Provided material >>
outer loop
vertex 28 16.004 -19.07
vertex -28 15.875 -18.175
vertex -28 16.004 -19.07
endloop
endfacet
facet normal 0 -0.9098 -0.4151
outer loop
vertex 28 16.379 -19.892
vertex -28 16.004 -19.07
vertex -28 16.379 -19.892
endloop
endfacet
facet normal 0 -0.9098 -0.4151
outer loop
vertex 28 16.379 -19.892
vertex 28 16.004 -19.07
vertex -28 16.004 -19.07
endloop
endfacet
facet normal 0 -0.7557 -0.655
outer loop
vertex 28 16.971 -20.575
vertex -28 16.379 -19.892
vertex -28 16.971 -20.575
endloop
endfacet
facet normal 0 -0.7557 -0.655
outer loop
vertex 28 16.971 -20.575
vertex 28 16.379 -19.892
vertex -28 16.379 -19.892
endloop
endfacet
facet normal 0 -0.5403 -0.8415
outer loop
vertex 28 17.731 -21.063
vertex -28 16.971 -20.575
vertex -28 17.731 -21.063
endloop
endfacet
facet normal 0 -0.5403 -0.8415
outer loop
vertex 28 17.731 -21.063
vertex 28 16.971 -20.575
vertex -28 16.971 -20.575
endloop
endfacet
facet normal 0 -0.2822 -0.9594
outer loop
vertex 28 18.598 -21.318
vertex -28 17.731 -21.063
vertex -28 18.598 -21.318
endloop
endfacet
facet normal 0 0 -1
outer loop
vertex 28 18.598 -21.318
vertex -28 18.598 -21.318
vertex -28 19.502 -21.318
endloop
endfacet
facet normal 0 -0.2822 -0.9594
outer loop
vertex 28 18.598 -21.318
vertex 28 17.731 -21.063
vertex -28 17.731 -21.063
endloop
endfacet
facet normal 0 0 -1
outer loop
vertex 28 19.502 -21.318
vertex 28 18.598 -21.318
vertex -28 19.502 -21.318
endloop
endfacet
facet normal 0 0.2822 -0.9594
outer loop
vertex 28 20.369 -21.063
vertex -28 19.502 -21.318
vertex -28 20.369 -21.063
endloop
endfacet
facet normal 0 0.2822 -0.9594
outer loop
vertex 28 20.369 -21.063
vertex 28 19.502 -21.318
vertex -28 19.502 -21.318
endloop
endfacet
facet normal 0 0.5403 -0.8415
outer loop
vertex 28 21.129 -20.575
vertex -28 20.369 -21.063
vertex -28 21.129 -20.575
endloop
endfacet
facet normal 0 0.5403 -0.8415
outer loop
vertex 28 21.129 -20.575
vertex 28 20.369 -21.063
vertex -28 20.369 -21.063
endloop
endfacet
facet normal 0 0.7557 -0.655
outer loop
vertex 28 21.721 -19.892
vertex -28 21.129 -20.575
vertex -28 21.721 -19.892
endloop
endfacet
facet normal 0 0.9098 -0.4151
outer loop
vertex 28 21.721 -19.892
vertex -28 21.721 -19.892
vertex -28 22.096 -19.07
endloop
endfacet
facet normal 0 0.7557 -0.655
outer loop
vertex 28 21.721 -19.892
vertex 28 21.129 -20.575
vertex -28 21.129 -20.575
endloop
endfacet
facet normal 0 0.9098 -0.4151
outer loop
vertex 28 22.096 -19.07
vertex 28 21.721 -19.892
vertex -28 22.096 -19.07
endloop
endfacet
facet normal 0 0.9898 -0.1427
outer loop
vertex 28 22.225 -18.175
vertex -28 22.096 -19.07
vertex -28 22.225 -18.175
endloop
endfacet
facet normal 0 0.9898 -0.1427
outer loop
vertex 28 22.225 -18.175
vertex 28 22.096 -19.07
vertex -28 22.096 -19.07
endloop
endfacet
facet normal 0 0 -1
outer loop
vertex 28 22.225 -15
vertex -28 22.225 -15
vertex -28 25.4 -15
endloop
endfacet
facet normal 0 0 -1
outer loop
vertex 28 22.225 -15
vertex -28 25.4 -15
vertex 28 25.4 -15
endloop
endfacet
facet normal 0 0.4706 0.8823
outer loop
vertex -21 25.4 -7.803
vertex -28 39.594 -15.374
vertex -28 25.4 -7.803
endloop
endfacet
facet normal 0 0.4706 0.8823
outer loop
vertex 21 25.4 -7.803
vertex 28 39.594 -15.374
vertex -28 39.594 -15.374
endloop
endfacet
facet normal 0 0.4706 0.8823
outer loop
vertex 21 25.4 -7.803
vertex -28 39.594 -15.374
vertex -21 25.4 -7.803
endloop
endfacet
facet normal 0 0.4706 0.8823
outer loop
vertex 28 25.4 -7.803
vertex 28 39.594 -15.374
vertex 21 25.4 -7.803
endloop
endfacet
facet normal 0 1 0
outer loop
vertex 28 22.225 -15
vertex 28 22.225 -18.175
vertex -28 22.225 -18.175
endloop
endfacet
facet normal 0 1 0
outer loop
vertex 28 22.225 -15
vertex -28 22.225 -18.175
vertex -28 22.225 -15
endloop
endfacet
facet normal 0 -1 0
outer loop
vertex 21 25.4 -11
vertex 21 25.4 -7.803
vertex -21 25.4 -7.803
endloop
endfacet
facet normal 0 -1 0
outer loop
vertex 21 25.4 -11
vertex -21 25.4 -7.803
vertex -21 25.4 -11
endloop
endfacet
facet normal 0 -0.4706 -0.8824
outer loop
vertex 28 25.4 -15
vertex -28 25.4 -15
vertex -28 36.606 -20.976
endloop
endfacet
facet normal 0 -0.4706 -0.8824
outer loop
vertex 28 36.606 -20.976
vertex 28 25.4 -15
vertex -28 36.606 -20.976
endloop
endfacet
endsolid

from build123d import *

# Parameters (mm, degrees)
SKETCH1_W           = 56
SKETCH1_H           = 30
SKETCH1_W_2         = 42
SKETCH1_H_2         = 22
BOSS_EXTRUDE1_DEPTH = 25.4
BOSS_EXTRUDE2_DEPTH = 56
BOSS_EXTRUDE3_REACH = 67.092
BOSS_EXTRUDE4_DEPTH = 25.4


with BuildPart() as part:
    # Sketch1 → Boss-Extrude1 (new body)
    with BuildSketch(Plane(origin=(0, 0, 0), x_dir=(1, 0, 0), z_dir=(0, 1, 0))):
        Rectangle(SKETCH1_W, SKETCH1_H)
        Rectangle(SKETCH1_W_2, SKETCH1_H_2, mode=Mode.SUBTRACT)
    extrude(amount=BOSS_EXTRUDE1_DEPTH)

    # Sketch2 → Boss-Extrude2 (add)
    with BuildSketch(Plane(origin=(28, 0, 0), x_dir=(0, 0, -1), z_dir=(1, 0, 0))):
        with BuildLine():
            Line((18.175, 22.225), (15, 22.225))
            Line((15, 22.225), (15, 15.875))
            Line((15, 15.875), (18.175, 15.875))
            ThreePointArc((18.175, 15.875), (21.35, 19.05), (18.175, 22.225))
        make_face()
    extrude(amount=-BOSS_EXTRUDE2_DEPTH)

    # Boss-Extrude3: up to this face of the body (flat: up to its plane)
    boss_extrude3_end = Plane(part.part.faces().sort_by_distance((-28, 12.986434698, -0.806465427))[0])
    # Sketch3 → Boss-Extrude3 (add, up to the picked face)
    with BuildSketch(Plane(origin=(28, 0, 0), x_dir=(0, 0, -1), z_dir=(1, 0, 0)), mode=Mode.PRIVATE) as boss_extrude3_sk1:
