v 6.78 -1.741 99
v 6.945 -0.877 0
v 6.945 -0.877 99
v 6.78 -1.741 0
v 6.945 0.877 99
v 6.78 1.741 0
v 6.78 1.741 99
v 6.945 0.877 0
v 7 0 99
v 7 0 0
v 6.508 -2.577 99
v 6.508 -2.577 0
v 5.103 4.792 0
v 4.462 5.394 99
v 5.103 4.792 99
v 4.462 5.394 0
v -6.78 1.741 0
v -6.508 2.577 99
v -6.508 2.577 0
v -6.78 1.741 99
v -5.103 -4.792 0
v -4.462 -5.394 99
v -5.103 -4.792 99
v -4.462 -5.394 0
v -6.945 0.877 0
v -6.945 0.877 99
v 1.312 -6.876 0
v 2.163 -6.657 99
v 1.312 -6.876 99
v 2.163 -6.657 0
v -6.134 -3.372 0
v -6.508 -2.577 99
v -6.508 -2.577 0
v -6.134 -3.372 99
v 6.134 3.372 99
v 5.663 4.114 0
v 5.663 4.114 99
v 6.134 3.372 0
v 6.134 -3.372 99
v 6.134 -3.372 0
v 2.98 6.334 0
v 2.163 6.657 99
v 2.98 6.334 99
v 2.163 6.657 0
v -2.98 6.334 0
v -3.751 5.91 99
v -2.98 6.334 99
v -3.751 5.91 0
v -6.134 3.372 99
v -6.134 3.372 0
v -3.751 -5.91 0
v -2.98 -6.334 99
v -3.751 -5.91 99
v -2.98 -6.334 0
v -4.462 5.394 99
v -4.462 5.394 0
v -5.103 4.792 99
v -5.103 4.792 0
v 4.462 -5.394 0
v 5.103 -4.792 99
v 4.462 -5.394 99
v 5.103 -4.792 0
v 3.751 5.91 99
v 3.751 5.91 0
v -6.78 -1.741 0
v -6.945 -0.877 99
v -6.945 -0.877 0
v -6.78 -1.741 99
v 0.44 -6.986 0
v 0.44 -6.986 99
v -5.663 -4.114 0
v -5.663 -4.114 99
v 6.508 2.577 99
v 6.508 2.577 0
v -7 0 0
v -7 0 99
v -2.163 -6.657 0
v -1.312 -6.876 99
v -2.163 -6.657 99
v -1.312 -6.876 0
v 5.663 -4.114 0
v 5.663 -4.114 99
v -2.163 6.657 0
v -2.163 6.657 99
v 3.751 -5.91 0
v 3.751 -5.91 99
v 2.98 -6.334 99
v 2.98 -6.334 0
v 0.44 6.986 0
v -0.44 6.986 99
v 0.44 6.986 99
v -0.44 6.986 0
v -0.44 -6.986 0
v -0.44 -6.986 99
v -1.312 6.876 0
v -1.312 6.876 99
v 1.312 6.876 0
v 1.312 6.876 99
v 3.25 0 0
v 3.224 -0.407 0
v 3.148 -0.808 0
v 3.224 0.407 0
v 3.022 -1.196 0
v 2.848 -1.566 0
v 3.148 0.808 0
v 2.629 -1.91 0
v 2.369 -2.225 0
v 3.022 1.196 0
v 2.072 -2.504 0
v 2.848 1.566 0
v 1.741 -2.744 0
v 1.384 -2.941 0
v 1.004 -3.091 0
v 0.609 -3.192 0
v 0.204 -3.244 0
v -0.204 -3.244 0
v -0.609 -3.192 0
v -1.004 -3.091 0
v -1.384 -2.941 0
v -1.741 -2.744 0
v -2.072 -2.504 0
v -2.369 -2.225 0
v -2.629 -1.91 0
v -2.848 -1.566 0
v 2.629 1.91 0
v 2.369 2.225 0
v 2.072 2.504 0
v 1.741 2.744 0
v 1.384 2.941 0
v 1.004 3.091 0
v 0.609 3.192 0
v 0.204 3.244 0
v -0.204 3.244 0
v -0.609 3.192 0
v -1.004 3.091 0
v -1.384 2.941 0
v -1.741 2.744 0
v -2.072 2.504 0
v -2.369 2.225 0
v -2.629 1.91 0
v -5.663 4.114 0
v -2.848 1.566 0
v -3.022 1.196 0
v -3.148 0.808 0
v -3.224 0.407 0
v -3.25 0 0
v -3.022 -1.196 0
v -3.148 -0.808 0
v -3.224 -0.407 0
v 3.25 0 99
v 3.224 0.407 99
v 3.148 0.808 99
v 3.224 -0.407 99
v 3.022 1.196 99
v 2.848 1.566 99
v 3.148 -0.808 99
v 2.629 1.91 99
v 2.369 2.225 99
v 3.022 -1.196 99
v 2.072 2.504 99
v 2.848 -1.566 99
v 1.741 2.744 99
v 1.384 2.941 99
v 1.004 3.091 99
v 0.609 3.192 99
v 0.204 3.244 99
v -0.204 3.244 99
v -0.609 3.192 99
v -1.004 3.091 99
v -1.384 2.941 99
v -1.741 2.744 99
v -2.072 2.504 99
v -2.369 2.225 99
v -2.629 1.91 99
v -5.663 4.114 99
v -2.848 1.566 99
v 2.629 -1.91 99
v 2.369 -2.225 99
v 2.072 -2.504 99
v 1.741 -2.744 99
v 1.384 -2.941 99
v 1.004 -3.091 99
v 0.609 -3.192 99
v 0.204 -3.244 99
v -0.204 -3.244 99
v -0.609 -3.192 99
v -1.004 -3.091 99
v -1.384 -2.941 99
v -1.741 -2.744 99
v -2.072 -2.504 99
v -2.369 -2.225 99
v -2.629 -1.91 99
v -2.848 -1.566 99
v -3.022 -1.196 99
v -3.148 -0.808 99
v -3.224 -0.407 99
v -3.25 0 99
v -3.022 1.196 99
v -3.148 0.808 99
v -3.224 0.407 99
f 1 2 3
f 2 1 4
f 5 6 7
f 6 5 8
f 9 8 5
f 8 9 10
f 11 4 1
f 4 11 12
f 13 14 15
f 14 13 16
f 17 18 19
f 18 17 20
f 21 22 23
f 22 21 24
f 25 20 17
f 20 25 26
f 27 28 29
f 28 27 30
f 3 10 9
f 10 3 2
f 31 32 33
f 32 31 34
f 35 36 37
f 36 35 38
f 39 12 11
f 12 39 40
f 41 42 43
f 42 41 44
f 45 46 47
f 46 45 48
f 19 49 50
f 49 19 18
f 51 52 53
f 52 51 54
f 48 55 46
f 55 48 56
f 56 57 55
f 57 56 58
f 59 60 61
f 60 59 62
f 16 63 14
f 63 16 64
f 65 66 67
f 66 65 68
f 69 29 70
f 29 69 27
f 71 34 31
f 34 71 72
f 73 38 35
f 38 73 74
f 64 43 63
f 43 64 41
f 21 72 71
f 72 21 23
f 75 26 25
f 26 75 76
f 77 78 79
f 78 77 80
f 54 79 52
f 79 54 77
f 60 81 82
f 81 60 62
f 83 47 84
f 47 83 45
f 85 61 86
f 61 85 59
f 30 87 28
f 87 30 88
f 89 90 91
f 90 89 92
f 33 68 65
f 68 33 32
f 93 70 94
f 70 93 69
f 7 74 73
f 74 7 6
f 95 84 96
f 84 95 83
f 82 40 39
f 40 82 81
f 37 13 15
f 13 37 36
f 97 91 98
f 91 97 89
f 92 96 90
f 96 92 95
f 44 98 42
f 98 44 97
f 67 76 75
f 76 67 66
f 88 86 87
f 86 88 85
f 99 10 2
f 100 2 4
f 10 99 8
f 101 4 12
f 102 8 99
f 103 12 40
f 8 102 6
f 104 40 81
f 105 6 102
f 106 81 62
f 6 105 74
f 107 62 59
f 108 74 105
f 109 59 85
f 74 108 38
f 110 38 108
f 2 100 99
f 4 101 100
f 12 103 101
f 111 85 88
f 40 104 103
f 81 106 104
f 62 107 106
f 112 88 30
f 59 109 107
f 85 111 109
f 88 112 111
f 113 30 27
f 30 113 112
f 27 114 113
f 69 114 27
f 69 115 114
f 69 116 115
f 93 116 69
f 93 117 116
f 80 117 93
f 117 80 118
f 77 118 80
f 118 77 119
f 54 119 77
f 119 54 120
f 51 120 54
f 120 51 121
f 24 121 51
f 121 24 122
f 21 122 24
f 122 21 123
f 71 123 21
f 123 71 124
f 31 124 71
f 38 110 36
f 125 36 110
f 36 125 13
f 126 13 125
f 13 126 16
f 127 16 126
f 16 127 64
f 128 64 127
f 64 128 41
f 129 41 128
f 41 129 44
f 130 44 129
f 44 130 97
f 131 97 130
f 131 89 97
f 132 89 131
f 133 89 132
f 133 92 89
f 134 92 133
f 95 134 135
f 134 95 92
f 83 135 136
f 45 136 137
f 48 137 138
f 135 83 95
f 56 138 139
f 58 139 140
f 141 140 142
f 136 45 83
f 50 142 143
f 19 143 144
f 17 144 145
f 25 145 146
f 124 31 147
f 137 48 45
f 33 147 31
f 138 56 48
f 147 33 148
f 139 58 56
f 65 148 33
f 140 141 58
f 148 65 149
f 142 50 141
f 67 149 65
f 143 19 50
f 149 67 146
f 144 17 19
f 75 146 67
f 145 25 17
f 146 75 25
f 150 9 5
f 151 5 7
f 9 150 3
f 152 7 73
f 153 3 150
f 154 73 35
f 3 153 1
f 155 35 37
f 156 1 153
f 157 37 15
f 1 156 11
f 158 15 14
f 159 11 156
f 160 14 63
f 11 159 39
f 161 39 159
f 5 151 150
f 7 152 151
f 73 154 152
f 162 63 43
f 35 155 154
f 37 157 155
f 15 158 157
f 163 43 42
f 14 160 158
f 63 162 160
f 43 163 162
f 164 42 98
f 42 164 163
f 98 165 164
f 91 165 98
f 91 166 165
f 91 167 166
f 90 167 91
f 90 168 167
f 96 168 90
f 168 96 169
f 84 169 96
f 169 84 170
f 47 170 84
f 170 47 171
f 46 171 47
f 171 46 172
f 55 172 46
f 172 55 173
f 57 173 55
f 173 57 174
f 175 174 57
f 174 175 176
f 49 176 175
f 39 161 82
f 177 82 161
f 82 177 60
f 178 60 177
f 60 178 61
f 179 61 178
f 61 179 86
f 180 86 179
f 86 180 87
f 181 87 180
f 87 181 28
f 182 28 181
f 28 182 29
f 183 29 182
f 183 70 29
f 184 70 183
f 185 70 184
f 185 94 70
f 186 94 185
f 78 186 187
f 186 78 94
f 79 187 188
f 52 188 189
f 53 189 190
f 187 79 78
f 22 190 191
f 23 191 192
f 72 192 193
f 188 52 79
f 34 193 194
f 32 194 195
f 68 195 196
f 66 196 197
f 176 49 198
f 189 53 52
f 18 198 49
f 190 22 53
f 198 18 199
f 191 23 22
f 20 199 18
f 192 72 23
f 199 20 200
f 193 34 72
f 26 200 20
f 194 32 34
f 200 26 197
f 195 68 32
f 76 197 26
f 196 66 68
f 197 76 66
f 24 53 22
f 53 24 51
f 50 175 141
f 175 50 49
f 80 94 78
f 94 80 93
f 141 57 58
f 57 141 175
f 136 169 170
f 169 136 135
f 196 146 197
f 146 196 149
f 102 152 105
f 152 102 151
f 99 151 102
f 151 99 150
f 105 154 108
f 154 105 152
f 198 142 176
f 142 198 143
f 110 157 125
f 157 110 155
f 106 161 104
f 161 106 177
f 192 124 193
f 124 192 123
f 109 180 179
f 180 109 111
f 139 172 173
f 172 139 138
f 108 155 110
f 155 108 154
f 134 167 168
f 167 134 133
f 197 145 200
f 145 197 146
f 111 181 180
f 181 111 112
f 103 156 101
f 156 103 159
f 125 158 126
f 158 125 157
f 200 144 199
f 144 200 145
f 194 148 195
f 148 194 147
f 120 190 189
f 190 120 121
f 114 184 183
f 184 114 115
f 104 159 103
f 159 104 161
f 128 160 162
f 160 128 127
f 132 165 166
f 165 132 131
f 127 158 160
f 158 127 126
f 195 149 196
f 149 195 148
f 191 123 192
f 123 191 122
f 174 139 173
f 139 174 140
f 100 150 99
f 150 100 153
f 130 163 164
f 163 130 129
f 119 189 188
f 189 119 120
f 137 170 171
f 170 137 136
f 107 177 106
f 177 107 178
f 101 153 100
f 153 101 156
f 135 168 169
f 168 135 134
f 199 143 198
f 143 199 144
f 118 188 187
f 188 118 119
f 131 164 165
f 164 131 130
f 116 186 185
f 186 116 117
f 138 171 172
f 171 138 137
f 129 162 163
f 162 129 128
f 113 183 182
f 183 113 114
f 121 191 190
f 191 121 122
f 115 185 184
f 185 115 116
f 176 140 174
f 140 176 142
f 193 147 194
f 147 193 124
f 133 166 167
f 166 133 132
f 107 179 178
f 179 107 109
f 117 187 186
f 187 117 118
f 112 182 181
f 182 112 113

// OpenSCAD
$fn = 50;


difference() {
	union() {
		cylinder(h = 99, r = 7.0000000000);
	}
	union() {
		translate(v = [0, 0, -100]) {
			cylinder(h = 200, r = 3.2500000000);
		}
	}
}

Aim of the task >>
Reproduce exactly the lines of the records above from the one with "v 2.163 6.657 99" to the one with "v -1.312 -6.876 0", both included, and leave out everything else.

Task response >>
v 2.163 6.657 99
v 2.98 6.334 99
v 2.163 6.657 0
v -2.98 6.334 0
v -3.751 5.91 99
v -2.98 6.334 99
v -3.751 5.91 0
v -6.134 3.372 99
v -6.134 3.372 0
v -3.751 -5.91 0
v -2.98 -6.334 99
v -3.751 -5.91 99
v -2.98 -6.334 0
v -4.462 5.394 99
v -4.462 5.394 0
v -5.103 4.792 99
v -5.103 4.792 0
v 4.462 -5.394 0
v 5.103 -4.792 99
v 4.462 -5.394 99
v 5.103 -4.792 0
v 3.751 5.91 99
v 3.751 5.91 0
v -6.78 -1.741 0
v -6.945 -0.877 99
v -6.945 -0.877 0
v -6.78 -1.741 99
v 0.44 -6.986 0
v 0.44 -6.986 99
v -5.663 -4.114 0
v -5.663 -4.114 99
v 6.508 2.577 99
v 6.508 2.577 0
v -7 0 0
v -7 0 99
v -2.163 -6.657 0
v -1.312 -6.876 99
v -2.163 -6.657 99
v -1.312 -6.876 0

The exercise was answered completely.